UN: Le dôme concave renforce la structure, permettant à la canette de résister à des pressions internes allant jusqu'à 6 bars sans se déformer. Les équipes d'approvisionnement devraient privilégier cette caractéristique pour les applications de boissons gazeuses afin de minimiser les risques de défaillance.
UN: Le rétrécissement réduit le diamètre à environ 52-57 mm avec une tolérance de ±0,1 mm afin de garantir l'ajustement du couvercle. Des tolérances irrégulières peuvent entraîner des problèmes d'étanchéité ; il est donc important de contrôler régulièrement l'usure des outils pendant la production.
UN: Utilisez l'imagerie interne et des tests de détection de défauts pour vérifier l'absence de micro-perforations ou d'irrégularités de la laque. Pour les achats, exigez des fournisseurs une certification de conformité aux normes alimentaires et les résultats des tests de corrosion.
UN: Des jantes irrégulières peuvent provoquer des défauts d'assemblage, entraînant des fuites ou une fragilisation de la structure.
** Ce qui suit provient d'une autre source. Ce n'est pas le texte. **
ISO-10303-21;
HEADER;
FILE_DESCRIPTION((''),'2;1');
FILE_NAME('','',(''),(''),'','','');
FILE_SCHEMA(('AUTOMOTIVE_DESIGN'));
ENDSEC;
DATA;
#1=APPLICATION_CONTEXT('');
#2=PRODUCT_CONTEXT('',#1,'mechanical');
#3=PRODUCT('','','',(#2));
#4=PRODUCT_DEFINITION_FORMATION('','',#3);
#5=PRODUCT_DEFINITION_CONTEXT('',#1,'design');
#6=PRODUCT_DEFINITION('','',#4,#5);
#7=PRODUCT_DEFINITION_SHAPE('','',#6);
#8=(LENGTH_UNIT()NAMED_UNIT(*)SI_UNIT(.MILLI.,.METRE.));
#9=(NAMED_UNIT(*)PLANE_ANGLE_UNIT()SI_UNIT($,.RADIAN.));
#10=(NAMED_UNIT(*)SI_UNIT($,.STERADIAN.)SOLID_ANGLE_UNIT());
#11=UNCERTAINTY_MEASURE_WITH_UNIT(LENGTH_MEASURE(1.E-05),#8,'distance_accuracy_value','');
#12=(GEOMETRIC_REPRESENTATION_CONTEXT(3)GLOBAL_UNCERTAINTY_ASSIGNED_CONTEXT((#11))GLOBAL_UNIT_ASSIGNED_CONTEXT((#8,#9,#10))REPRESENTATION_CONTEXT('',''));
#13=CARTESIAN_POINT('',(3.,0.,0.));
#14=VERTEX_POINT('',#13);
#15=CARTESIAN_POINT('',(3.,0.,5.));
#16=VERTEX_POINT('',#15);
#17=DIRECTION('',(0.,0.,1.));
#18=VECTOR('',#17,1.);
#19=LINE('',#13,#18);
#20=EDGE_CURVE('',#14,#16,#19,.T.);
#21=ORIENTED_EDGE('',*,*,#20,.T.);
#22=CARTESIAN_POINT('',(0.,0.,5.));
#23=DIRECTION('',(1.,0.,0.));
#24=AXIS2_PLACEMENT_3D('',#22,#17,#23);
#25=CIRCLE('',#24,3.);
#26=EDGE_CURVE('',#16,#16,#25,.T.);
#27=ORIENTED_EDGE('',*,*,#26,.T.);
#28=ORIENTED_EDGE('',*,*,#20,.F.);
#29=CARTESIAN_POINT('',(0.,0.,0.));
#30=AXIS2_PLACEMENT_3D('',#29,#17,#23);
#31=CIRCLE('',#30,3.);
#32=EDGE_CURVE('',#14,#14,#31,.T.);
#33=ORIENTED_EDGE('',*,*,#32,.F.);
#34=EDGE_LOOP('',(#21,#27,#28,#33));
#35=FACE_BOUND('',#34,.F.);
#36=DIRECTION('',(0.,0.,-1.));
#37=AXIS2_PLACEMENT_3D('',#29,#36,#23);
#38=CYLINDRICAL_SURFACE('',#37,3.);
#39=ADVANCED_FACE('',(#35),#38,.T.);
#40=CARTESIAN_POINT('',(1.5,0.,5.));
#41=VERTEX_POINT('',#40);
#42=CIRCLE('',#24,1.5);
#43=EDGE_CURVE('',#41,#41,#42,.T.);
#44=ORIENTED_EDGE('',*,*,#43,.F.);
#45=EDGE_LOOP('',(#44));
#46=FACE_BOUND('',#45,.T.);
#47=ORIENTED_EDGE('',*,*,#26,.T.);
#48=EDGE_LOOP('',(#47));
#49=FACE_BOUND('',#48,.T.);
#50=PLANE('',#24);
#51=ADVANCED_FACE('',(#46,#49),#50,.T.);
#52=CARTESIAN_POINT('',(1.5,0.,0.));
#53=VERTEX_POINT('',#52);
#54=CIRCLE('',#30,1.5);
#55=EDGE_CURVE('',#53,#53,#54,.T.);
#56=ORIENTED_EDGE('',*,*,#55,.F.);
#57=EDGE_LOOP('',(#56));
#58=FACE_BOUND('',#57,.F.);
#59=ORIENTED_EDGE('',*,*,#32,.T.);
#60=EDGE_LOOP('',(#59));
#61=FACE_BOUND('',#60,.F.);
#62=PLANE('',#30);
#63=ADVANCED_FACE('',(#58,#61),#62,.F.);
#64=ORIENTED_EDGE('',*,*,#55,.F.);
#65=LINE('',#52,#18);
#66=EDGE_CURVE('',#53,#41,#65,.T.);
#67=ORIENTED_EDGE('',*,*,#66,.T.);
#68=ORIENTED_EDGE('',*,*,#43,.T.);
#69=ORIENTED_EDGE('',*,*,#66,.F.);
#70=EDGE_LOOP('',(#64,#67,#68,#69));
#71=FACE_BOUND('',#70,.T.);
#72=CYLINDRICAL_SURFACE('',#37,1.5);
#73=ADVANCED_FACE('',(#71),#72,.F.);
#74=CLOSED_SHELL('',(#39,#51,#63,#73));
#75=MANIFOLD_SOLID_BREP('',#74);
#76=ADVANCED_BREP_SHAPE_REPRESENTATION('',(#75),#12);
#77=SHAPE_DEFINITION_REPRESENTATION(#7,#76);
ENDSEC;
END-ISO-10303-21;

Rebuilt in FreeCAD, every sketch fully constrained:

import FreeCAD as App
import Part
import Sketcher

doc = App.newDocument("Part")
params = doc.addObject("Spreadsheet::Sheet", "Params")
for row, (alias, value) in enumerate([
    ("sketch1_diameter", "6 mm"),
    ("sketch1_diameter2", "3 mm"),
    ("pad1_length", "5 mm"),
], start=1):
    params.set(f"A{row}", alias)
    params.set(f"B{row}", "=" + value)
    params.setAlias(f"B{row}", alias)

body = doc.addObject("PartDesign::Body", "Body")

# Sketch on XY plane
sketch1 = body.newObject("Sketcher::SketchObject", "Sketch")
sketch1.AttachmentSupport = (doc.getObject("XY_Plane"), [""])
sketch1.MapMode = "FlatFace"
sketch1.addGeometry([
    Part.Circle(App.Vector(0, 0, 0), App.Vector(0, 0, 1), 3),
    Part.Circle(App.Vector(0, 0, 0), App.Vector(0, 0, 1), 1.5),
], False)
sketch1.addConstraint([
    Sketcher.Constraint("Coincident", 0, 3, -1, 1),
    Sketcher.Constraint("Coincident", 1, 3, -1, 1),
    Sketcher.Constraint("Diameter", 0, 6.0),
    Sketcher.Constraint("Diameter", 1, 3.0),
])
sketch1.setExpression("Constraints[2]", "Params.sketch1_diameter")
sketch1.setExpression("Constraints[3]", "Params.sketch1_diameter2")
pad1 = body.newObject("PartDesign::Pad", "Pad")
pad1.Profile = sketch1
pad1.setExpression("Length", "Params.pad1_length")

doc.recompute()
Les ingénieurs doivent effectuer des contrôles de hauteur après l'usinage, tandis que le service des achats doit veiller à la précision des machines afin d'éviter les coûts de reprise.
UN: Les alliages tels que le 3004 ou le 3104 sont courants, mais des différences de composition peuvent affecter la formabilité et la résistance. Avant toute commande, il est recommandé de réaliser des essais d'allongement et de traction sur des échantillons de bobines afin de garantir la compatibilité avec le procédé.
UN: Le recourbement vers l'extérieur doit être uniforme et de 1,5 à 2 mm pour assurer l'étanchéité. Tout défaut dimensionnel à ce niveau augmente les risques de fuite ; il est donc nécessaire de réaliser des essais d'arrachement sur des échantillons lors de la réception afin de valider les performances.
UN: La qualité de l'eau et la concentration des produits chimiques doivent être contrôlées afin d'éviter tout résidu susceptible d'altérer les revêtements. Pour l'approvisionnement, privilégiez les produits chimiques écologiques conformes aux normes réglementaires et offrant une résistance à la corrosion optimale.